Sedum alamosanum

Scientific classification
- Kingdom: Plantae
- Clade: Tracheophytes
- Clade: Angiosperms
- Clade: Eudicots
- Order: Saxifragales
- Family: Crassulaceae
- Genus: Sedum
- Species: S. alamosanum
- Binomial name: Sedum alamosanum S. Watson

= Sedum alamosanum =

- Authority: S. Watson

Species of plant

Sedum alamosanum, known by the common name Alamos stonecrop, is a rare succulent plant native to the mountains of northwestern Mexico. It is characterized by white flowers and bluish-green leaves. It is found in Baja California Sur, Chihuahua, Durango, Sinaloa and Sonora.

== Description ==

=== Morphology ===
The rosettes are 1 to 1.5 cm high, 7 to 10 mm thick, with around 50 to 100 papillose and bluish leaves.

The floral stems are 3 to 7 cm tall, and around 1 to 1.5 mm thick, textured smoothly, light green. The stems cluster around the base in flower. The bracts are spreading or somewhat ascending, oblong, narrowly rounded at the apex, sub-truncate at the base and contracted to a narrow point of attachment. The dimensions of the bracts are 4 to 6 mm long, 1 to 1.5 mm wide, and .75 to 1 mm thick. By the time of flowering, many of the bracts may have already withered or fallen off.

The inflorescence has roughly 2 to 3 flowers, with pedicels 1 to 2 mm long, and around 1 mm thick, and papillose. The calyx is also papillose, with nearly-equal segments, that are ascending in bud and spreading in flower. The corolla is 8 to 9 mm wide, greenish-white and somewhat marked with pink. The petals are reflexed, triangular-lanceolate, acute, and 3.5 to 4 mm long, 1.25 to 1.5 mm wide. The filaments are whitish, ascending and the anthers are red, ovoid. Plants have a chromosome number of n=18.

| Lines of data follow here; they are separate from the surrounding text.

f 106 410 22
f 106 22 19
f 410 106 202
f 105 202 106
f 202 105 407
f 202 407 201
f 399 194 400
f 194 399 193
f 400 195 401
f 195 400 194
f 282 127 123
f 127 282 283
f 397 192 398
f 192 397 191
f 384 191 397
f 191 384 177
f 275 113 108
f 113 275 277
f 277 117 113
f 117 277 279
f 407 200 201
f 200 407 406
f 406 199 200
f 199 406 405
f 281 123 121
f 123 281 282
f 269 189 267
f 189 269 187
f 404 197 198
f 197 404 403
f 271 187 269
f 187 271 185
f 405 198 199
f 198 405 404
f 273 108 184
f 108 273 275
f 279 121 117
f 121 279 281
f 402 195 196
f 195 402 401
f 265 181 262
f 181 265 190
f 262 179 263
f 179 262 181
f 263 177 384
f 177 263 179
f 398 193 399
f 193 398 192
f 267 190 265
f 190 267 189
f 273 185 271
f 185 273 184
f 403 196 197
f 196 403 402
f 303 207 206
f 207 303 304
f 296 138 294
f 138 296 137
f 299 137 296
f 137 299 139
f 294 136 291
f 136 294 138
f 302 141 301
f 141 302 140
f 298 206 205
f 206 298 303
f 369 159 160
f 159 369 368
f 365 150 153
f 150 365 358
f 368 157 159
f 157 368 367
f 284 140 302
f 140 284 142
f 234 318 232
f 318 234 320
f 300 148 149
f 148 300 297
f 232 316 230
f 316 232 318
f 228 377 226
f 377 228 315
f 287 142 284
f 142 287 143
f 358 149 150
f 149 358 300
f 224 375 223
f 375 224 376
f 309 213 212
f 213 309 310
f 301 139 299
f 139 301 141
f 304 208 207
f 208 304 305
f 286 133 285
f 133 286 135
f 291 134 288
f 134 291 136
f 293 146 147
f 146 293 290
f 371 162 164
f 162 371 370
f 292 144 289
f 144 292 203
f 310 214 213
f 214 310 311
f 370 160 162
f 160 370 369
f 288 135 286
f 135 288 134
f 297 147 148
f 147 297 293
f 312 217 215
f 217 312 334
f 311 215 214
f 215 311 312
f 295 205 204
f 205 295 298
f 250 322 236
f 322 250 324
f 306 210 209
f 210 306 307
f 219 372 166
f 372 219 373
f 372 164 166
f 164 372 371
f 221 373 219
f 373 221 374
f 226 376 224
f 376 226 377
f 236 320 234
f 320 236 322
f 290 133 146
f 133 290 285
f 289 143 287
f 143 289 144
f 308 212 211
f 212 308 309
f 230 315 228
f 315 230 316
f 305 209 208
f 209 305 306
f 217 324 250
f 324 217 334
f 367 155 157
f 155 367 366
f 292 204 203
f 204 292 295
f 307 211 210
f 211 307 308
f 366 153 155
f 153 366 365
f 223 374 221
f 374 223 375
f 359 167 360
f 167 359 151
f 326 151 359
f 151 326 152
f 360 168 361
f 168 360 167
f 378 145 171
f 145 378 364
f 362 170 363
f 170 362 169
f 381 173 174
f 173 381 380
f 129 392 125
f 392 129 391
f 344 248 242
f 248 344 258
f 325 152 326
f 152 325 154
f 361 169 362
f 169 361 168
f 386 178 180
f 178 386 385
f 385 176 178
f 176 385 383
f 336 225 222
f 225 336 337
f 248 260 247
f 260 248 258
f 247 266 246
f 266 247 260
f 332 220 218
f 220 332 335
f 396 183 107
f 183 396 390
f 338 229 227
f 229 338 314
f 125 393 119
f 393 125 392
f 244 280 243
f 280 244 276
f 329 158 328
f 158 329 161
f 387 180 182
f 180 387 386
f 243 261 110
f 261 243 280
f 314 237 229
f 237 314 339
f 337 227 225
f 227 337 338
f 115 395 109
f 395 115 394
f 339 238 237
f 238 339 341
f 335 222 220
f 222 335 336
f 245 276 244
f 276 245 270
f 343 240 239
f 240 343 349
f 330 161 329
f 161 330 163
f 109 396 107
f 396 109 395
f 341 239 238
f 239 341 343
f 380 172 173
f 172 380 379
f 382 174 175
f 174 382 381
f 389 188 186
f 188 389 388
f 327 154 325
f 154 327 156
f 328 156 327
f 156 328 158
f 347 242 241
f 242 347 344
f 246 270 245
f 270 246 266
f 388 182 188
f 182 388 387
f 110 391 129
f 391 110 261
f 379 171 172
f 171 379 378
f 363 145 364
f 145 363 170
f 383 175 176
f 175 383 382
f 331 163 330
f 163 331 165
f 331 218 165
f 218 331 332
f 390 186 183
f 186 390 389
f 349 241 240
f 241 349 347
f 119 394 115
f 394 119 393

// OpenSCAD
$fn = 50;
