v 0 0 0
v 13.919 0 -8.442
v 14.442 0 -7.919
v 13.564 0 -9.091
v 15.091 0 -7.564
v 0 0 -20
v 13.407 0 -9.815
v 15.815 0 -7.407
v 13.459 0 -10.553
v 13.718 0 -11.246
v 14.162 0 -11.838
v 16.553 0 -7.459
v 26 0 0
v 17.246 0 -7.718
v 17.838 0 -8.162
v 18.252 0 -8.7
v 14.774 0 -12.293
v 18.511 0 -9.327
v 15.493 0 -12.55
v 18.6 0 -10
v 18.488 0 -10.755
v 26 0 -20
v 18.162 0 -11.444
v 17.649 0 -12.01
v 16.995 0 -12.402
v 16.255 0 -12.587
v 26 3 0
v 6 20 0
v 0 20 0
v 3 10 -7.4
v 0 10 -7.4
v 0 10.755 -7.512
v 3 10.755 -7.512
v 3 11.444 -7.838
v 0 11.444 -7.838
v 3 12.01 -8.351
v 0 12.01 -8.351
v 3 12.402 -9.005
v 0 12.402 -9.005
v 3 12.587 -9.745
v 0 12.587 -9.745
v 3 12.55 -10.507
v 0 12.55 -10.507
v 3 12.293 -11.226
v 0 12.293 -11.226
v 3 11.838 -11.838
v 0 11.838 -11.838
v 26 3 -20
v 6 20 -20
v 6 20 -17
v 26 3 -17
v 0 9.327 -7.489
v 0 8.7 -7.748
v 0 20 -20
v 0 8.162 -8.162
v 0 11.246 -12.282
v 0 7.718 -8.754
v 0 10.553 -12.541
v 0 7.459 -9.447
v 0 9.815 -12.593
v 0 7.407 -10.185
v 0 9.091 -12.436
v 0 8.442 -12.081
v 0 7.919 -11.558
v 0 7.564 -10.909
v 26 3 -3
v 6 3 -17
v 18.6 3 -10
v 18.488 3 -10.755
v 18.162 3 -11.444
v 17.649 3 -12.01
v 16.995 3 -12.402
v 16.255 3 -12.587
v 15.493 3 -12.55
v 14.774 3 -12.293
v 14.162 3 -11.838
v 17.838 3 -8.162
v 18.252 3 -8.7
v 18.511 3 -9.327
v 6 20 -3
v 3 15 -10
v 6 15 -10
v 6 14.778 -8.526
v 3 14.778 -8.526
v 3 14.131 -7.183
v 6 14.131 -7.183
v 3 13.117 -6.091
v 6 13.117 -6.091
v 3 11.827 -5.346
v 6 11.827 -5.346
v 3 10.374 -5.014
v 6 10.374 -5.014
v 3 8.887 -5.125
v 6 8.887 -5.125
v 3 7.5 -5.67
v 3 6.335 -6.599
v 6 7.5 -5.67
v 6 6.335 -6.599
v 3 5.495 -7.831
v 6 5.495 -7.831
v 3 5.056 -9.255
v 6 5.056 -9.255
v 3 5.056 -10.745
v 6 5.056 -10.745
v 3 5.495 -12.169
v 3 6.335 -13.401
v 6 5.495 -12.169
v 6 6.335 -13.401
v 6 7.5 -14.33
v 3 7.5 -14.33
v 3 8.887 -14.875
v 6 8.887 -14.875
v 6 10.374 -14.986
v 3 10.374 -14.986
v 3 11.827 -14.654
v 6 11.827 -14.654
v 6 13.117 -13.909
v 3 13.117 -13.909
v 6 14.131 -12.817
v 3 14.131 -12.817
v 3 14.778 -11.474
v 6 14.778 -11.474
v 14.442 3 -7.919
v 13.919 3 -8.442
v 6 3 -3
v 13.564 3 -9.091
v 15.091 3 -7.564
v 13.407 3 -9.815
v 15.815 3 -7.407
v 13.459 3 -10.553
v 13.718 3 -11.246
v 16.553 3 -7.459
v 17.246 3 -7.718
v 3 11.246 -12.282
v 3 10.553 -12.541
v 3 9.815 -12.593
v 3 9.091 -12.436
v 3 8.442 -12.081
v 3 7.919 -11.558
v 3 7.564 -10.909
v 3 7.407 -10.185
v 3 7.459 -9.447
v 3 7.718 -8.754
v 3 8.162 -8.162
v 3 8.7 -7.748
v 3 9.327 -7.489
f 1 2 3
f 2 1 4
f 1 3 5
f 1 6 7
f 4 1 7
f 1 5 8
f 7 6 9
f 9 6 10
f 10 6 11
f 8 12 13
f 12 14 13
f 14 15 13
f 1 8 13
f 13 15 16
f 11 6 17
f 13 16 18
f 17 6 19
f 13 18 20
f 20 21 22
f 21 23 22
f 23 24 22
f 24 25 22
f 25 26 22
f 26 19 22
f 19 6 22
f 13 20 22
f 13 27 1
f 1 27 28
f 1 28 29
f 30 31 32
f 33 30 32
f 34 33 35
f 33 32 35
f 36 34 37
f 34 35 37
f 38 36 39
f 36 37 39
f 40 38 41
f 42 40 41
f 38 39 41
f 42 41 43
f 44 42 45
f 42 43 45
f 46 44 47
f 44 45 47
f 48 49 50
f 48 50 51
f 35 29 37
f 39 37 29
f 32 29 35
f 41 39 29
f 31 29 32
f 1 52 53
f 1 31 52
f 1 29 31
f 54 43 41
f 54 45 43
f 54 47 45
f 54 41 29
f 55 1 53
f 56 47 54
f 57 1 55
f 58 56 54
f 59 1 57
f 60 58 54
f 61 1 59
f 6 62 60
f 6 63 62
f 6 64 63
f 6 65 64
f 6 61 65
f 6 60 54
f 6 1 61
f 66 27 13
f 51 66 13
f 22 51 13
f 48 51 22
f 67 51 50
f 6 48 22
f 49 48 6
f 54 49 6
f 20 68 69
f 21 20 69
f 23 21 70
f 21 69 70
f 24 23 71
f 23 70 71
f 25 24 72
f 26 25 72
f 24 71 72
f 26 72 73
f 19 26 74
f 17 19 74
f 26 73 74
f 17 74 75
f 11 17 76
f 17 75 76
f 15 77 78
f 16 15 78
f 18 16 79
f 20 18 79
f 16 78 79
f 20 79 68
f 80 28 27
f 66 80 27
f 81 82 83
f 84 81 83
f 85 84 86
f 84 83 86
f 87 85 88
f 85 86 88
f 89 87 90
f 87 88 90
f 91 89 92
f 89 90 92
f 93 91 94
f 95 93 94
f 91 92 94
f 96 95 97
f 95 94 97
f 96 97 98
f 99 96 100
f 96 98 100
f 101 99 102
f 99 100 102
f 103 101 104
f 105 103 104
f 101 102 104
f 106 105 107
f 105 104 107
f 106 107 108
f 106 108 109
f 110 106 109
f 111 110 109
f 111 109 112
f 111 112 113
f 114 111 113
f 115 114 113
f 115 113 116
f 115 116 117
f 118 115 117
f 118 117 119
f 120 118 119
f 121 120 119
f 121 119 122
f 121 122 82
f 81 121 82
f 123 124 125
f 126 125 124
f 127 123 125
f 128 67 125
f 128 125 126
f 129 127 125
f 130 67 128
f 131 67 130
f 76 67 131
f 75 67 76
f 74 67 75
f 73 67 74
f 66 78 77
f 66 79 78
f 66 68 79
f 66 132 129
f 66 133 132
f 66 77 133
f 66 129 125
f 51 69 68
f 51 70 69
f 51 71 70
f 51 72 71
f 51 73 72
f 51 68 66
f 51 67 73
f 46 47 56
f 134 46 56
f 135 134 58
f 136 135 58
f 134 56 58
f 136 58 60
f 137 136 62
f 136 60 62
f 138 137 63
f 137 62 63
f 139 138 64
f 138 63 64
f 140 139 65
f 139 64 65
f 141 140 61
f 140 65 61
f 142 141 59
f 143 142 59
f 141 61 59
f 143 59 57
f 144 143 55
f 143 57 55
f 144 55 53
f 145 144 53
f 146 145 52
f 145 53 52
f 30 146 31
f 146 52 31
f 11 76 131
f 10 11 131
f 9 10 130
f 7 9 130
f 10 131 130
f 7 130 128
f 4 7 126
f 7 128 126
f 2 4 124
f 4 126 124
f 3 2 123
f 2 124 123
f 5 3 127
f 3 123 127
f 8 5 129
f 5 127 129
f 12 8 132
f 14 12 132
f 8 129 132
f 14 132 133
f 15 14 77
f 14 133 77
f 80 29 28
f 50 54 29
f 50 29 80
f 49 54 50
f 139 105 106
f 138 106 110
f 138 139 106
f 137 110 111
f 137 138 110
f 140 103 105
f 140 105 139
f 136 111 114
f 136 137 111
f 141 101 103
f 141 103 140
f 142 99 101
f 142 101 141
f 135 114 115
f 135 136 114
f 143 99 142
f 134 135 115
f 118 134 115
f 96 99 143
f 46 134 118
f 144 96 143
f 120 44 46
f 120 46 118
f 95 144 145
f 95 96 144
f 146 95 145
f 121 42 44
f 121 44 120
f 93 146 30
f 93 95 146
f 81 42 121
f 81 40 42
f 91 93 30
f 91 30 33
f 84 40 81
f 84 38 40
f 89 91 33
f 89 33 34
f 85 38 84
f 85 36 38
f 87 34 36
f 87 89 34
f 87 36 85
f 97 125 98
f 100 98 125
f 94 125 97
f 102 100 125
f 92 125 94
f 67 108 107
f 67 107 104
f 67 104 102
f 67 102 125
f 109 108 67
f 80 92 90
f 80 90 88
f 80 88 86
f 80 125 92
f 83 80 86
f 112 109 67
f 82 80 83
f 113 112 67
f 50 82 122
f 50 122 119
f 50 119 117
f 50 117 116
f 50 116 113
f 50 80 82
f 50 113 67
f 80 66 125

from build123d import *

# Parameters (mm, degrees)
SKETCH_1_W          = 40
SKETCH_1_H          = 20
EXTRUDE_1_DEPTH     = 20
SKETCH_2_W          = 34
SKETCH_2_H          = 14
CUT_EXTRUDE_1_DEPTH = 20
CUT_EXTRUDE_2_DEPTH = 20
SKETCH_5_R          = 5
CUT_EXTRUDE_3_DEPTH = 3
SKETCH_6_W          = 34
SKETCH_6_H          = 20
CUT_EXTRUDE_4_DEPTH = 3
SKETCH_7_W          = 14
SKETCH_7_H          = 20
CUT_EXTRUDE_5_DEPTH = 3
EXTRUDE_2_DEPTH     = 3
EXTRUDE_3_DEPTH     = 3


with BuildPart() as part:
    # 草图1 → 凸台-拉伸1 (new body)
    with BuildSketch(Plane(origin=(0, 0, 0), x_dir=(1, 0, 0), z_dir=(0, 1, 0))):
        with Locations((20, 10)):
            Rectangle(SKETCH_1_W, SKETCH_1_H)
    extrude(amount=EXTRUDE_1_DEPTH)

    # 草图2 → 切除-拉伸1 (cut)
    with BuildSketch(Plane.XY):
        with Locations((23, 13)):
            Rectangle(SKETCH_2_W, SKETCH_2_H)
    extrude(amount=-CUT_EXTRUDE_1_DEPTH, mode=Mode.SUBTRACT)

    # 草图4 → 切除-拉伸2 (cut)
    with BuildSketch(Plane.ZY):
        with BuildLine():
            ThreePointArc((-7.4, 10), (-9.005023076, 12.402086785), (-11.838477631, 11.838477631))
            Line((-11.838477631, 11.838477631), (-8.161522369, 8.161522369))
            ThreePointArc((-8.161522369, 8.161522369), (-7.597913215, 9.005023076), (-7.4, 10))
        make_face()
        with BuildLine():
            Line((-8.161522369, 8.161522369), (-11.838477631, 11.838477631))
            ThreePointArc((-11.838477631, 11.838477631), (-11.838477631, 8.161522369), (-8.161522369, 8.161522369))
        make_face()
    extrude(amount=-CUT_EXTRUDE_2_DEPTH, mode=Mode.SUBTRACT)

    # 草图5 → 切除-拉伸3 (cut)
    with BuildSketch(Plane(origin=(6, 0, 0), x_dir=(0, 0, -1), z_dir=(1, 0, 0))):
        with Locations(Location((10, 10, 0), (0, 0, 90))):
            Circle(SKETCH_5_R)
    extrude(amount=-CUT_EXTRUDE_3_DEPTH, mode=Mode.SUBTRACT)

    # 草图6 → 切除-拉伸4 (cut)
    with BuildSketch(Plane(origin=(0, 6, 0), x_dir=(1, 0, 0), z_dir=(0, 1, 0))):
        with Locations((23, 10)):
            Rectangle(SKETCH_6_W, SKETCH_6_H)
    extrude(amount=-CUT_EXTRUDE_4_DEPTH, mode=Mode.SUBTRACT)

    # 草图7 → 切除-拉伸5 (cut)
    with BuildSketch(Plane(origin=(0, 3, 0), x_dir=(1, 0, 0), z_dir=(0, 1, 0))):
        with Locations((33, 10)):
            Rectangle(SKETCH_7_W, SKETCH_7_H)
        with BuildLine():
            ThreePointArc((18.6, 10), (16.994976924, 12.402086785), (14.161522369, 11.838477631))
            Line((14.161522369, 11.838477631), (17.838477631, 8.161522369))
            ThreePointArc((17.838477631, 8.161522369), (18.402086785, 9.005023076), (18.6, 10))
        make_face()
        with BuildLine():
            Line((17.838477631, 8.161522369), (14.161522369, 11.838477631))
            ThreePointArc((14.161522369, 11.838477631), (14.161522369, 8.161522369), (17.838477631, 8.161522369))
        make_face()
    extrude(amount=-CUT_EXTRUDE_5_DEPTH, mode=Mode.SUBTRACT)

    # 草图9 → 凸台-拉伸2 (add)
    with BuildSketch(Plane.XY):
        Polygon((6, 20), (26, 3), (6, 3), align=None)
    extrude(amount=-EXTRUDE_2_DEPTH)

    # 草图10 → 凸台-拉伸3 (add)
    with BuildSketch(Plane(origin=(0, 0, -20), x_dir=(-1, 0, 0), z_dir=(0, 0, -1))):
        Polygon((-26, 3), (-6, 3), (-6, 20), align=None)
    extrude(amount=-EXTRUDE_3_DEPTH)


solid = part.part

Flowering is from September to October.

== Taxonomy ==
The species was described by Sereno Watson. Reid Moran discovered the plants growing in the Sierra de la Giganta in Baja California Sur while on a botanical expedition with Anetta M. Carter.

== Distribution and habitat ==
This plant is found in the montane regions of northwestern Mexico. In Baja California Sur, it is found in the Sierra de Guadalupe and the Sierra de la Giganta, at altitudes around 3,000 to 5,000 ft. It usually grows in shaded habitats at the bases of rocky cliffs and steep slopes. It is also found in the mountains of Chihuahua, Sonora, and possibly in the Sierra Madre Occidental of Sinaloa and Durango.